Rate each opportunity from 1 to 10:
Financial return
Energy required
Stress level
Freedom created
Meaning and fulfillment
Then apply the filter:
If the energy cost outweighs life value, think again
If meaning and fulfillment are missing, ask why you are paying for money with your energy
Underwriting Criteria: A “No” That Saves You From Wasting Energy
One of the most practical ideas in the discussion was “underwriting criteria.” Real estate underwriters use checklists. They quickly say yes or no based on thresholds.
The speaker suggests using the same principle for your own life and business decisions. Create a list of “no” conditions so you do not waste time and energy debating what your gut already knows.
Examples mentioned included walking away from deals where the seller or organization’s culture conflicts with your values, such as racism, sexism, or homophobia. Even when the ROI looks attractive, the energy cost of trying to unwind culture is often too high.
Another example: buying and building “up in the air” rather than “on the runway.” More on that next.
Flywheel Thinking: Acquire When the Business Is Already “In Glide Pattern”
There is a flying analogy: the most unsafe and inefficient phase happens during the first portion of takeoff. Launch is chaotic. Fuel is high. Lots can go wrong.
But once you are at altitude, the plane enters a glide pattern. Energy expenditure drops. Stability increases.
The takeaway for entrepreneurship and investing is this:
Starting from scratch often drains energy first, even when money arrives later
Acquiring a business that is already producing cash can allow you to reduce energy cost
It is easier to “turn on autopilot” when systems are already functioning
So instead of obsessing only over maximum upside, consider the energy trajectory. When does the energy cost get lighter? When does the freedom increase?
Managing Expectations (So Energy Does Not Become a Battle)
Energy drain does not only come from deals. It also comes from conflict, misalignment, and resentment.
One of the strongest “energy protectors” is expectation management. The conversation made a key point:
Expectations are just resentments under construction.
When you assume the other person shares the same definition of “on time,” “done,” or “good enough,” you create friction.

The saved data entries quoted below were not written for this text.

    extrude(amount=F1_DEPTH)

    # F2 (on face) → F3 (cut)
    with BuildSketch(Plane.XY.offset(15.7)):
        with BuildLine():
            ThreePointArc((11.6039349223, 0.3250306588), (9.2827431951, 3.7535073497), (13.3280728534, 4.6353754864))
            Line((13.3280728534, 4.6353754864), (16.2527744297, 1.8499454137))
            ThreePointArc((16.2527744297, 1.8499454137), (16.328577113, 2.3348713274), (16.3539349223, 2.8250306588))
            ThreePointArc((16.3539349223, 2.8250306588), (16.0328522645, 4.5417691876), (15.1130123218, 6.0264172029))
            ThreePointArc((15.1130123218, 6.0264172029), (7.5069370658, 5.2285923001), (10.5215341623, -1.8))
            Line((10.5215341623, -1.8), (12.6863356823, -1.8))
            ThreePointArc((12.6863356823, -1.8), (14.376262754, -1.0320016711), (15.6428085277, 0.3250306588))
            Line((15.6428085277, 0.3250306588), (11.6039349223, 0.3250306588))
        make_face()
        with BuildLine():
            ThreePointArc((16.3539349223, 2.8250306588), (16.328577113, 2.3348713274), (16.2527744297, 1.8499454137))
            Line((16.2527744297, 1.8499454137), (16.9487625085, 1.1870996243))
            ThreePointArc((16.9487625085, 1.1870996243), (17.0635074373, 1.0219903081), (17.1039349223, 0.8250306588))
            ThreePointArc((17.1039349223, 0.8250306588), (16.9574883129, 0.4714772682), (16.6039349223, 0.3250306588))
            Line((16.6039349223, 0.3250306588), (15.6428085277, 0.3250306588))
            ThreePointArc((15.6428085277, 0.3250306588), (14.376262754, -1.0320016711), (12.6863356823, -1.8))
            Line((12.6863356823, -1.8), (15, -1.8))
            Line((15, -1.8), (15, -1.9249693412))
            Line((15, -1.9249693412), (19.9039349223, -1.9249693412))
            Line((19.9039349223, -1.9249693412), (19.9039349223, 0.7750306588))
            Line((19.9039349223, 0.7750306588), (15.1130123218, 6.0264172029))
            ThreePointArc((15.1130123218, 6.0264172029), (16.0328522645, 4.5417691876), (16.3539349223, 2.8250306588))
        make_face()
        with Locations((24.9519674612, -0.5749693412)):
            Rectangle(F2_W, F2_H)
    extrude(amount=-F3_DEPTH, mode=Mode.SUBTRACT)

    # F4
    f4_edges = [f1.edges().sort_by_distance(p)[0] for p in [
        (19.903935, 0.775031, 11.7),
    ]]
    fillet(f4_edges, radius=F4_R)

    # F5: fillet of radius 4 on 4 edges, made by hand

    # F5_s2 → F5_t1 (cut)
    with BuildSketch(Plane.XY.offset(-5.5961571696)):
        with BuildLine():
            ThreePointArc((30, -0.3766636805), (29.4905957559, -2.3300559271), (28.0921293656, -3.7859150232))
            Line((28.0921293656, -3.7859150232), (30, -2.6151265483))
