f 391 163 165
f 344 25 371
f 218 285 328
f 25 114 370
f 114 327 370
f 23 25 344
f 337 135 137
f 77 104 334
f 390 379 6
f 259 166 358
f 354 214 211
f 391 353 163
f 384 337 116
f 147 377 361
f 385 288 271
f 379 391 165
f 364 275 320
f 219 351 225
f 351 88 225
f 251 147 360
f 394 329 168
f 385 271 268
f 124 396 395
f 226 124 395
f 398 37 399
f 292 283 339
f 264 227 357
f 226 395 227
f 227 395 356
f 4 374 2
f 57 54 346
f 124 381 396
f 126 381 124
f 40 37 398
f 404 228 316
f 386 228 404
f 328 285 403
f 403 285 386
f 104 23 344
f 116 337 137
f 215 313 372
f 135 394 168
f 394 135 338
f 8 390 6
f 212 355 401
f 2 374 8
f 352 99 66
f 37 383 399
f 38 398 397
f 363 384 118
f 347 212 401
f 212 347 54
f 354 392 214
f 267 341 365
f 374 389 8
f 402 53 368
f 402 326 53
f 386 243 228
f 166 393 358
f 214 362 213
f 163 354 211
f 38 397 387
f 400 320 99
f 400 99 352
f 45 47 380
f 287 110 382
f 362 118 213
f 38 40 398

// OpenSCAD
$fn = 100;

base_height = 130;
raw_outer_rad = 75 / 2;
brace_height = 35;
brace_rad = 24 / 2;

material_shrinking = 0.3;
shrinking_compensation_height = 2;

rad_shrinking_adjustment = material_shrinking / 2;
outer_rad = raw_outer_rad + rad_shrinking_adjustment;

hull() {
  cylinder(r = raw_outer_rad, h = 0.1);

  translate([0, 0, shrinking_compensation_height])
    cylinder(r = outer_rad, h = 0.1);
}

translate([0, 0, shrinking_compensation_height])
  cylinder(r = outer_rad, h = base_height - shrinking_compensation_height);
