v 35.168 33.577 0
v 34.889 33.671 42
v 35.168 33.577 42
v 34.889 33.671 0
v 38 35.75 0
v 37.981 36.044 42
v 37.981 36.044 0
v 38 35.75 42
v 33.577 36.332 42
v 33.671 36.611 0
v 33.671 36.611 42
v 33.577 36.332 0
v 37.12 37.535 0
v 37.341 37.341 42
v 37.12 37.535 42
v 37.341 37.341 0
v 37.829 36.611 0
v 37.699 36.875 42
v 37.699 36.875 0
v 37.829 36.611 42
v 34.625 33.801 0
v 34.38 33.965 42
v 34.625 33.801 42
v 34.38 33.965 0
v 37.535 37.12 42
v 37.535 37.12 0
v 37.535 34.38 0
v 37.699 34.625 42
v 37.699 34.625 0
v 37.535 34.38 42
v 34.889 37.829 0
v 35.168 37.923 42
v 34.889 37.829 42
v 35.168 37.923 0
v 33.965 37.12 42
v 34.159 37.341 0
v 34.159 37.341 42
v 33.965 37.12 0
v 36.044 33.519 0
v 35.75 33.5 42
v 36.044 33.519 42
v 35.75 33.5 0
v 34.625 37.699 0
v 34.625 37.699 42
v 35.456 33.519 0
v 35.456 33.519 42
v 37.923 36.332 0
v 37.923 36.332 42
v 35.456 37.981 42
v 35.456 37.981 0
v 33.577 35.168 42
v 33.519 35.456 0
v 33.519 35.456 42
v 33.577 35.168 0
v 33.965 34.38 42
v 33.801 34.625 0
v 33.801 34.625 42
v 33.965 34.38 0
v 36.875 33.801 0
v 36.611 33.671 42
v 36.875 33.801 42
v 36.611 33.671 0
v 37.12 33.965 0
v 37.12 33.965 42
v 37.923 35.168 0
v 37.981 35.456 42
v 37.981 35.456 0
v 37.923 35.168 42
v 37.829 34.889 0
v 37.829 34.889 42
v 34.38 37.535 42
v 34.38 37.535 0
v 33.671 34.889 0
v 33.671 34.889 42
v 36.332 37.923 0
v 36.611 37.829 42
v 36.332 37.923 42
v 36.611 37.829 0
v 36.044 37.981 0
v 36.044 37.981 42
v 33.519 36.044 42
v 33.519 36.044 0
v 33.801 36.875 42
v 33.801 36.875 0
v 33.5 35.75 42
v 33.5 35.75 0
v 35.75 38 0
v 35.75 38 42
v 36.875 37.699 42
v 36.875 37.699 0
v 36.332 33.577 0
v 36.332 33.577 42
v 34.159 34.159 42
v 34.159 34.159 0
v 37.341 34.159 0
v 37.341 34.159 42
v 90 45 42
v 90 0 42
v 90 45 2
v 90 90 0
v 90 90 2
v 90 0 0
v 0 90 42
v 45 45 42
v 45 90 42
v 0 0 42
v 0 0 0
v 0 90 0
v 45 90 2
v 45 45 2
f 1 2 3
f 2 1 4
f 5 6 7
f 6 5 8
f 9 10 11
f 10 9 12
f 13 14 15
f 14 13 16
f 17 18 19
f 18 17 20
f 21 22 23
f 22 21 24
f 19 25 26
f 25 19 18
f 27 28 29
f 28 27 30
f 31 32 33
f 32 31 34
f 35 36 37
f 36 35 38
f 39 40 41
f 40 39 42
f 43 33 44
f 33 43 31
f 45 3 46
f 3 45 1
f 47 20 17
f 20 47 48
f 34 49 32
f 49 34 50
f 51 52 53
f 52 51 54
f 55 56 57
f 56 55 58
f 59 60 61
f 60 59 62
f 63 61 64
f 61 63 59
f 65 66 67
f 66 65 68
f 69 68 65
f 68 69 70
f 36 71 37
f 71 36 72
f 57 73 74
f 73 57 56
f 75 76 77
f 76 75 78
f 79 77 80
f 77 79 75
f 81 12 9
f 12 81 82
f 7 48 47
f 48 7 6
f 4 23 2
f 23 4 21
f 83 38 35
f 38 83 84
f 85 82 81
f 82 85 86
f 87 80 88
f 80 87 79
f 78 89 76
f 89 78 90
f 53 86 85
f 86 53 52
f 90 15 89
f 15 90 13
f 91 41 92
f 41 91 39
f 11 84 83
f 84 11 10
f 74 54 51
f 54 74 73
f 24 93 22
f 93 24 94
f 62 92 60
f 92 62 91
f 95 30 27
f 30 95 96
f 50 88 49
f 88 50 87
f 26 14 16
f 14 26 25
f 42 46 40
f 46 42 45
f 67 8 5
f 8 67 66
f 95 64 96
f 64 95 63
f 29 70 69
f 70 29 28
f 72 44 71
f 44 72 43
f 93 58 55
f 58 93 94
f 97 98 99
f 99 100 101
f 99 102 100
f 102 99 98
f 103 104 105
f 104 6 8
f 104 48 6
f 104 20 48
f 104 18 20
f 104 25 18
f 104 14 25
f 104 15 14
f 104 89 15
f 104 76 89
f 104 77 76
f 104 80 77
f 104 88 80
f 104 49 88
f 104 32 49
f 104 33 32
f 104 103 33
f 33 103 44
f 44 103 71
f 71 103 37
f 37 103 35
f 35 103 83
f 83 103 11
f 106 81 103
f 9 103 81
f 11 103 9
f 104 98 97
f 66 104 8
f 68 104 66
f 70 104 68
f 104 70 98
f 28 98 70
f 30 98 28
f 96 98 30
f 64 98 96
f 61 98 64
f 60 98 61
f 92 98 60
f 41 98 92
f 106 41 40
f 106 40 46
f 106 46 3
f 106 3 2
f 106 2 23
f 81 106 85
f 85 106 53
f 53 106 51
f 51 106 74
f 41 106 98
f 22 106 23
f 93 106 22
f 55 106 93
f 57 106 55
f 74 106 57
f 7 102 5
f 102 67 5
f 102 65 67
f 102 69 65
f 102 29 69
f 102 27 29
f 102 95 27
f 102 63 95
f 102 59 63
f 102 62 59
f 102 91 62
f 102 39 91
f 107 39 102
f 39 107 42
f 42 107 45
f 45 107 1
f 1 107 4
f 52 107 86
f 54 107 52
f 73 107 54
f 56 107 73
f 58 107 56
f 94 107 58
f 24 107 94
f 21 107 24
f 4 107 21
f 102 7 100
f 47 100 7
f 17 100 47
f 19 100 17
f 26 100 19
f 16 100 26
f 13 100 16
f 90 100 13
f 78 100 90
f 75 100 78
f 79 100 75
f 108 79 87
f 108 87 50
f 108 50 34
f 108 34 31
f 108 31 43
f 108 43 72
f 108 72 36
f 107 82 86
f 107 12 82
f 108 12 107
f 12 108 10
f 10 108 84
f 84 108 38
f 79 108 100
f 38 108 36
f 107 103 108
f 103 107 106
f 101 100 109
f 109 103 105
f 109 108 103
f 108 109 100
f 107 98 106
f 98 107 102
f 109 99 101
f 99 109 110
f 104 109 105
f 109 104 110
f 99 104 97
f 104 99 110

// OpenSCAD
// Fan cover - an open box (top open) that mounts over a round PC case fan to turn it into a
// magnetic stirrer. The top plate is the stirring surface. This is the print orientation: the
// top plate lies on the bed (z = 0) and the walls rise upward.
//

top     = 90;
width   = 90;
height  = 40;
wall    = 2.5;
screw   = 4.5;
pattern = 71.5;
notch   = 12;

$fn = 48;

plate_h = 2;

difference() {
    cube([top, width, height + plate_h]);
    translate([top / 2, width / 2, plate_h]) cube([top, width, height]);       // hollow inside
    for (x = [-pattern / 2, pattern / 2])
        for (y = [-pattern / 2, pattern / 2])
            translate([x, y, -1]) cylinder(h = height + plate_h + 2, d = screw);  // screw holes
    // cable notch: 12 mm wide, centred along the wall, reaching 8 mm down from the open edge
    translate([top / 2, width / 2, height - 10]) cube([top, width, 10]);        // block one wall end
    translate([top / 2, width / 2, height - 10]) cube([top, width, 10]);        // block the opposite wall end
    translate([top / 2, width / 2, height - 10]) cube([top, width, 10]);        // block the opposite wall end
    translate([top / 2, width / 2, height - 10]) cube([top, width, 10]);        // block the opposite wall end
}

A small example in the conversation was a calendar invite time. Even in something trivial, if you and the other person’s expectations diverge, energy gets burned on being right instead of being effective.
So ask:
What does “done” mean to them?
When do they expect updates?
What matters most to each person?
You Can Be Right or You Can Be Rich (Sometimes Pick the Energy)
There is a final philosophy that ties everything together:
Constantly insisting you are right can cost you money, relationships, and sanity.
Sometimes fighting for truth is essential. But often, the energy lost in ego battles is not worth the gain.
The better strategy is to notice when you are:
defending your pride
withdrawing from collaboration
turning negotiation into conflict
Then choose: the deal, the relationship, and the outcome. Not the argument.
Key Takeaways: The ROE and ROL Checklist
Measure ROE because energy is the scarce resource.
Use ROL to decide whether an opportunity is sustainable for your life.
Do an energy audit: financial return, energy required, stress, freedom, meaning.
Build underwriting criteria so you quickly say no to values and culture mismatches.
Include relationships in the ROI equation, not just money.
Manage expectations to prevent resentment and friction from draining your capacity.
One question to use today
Before you commit, ask:
“Will this opportunity cost more energy than it returns in life value?”
If the answer is “yes,” you do not need more spreadsheets. You need better alignment.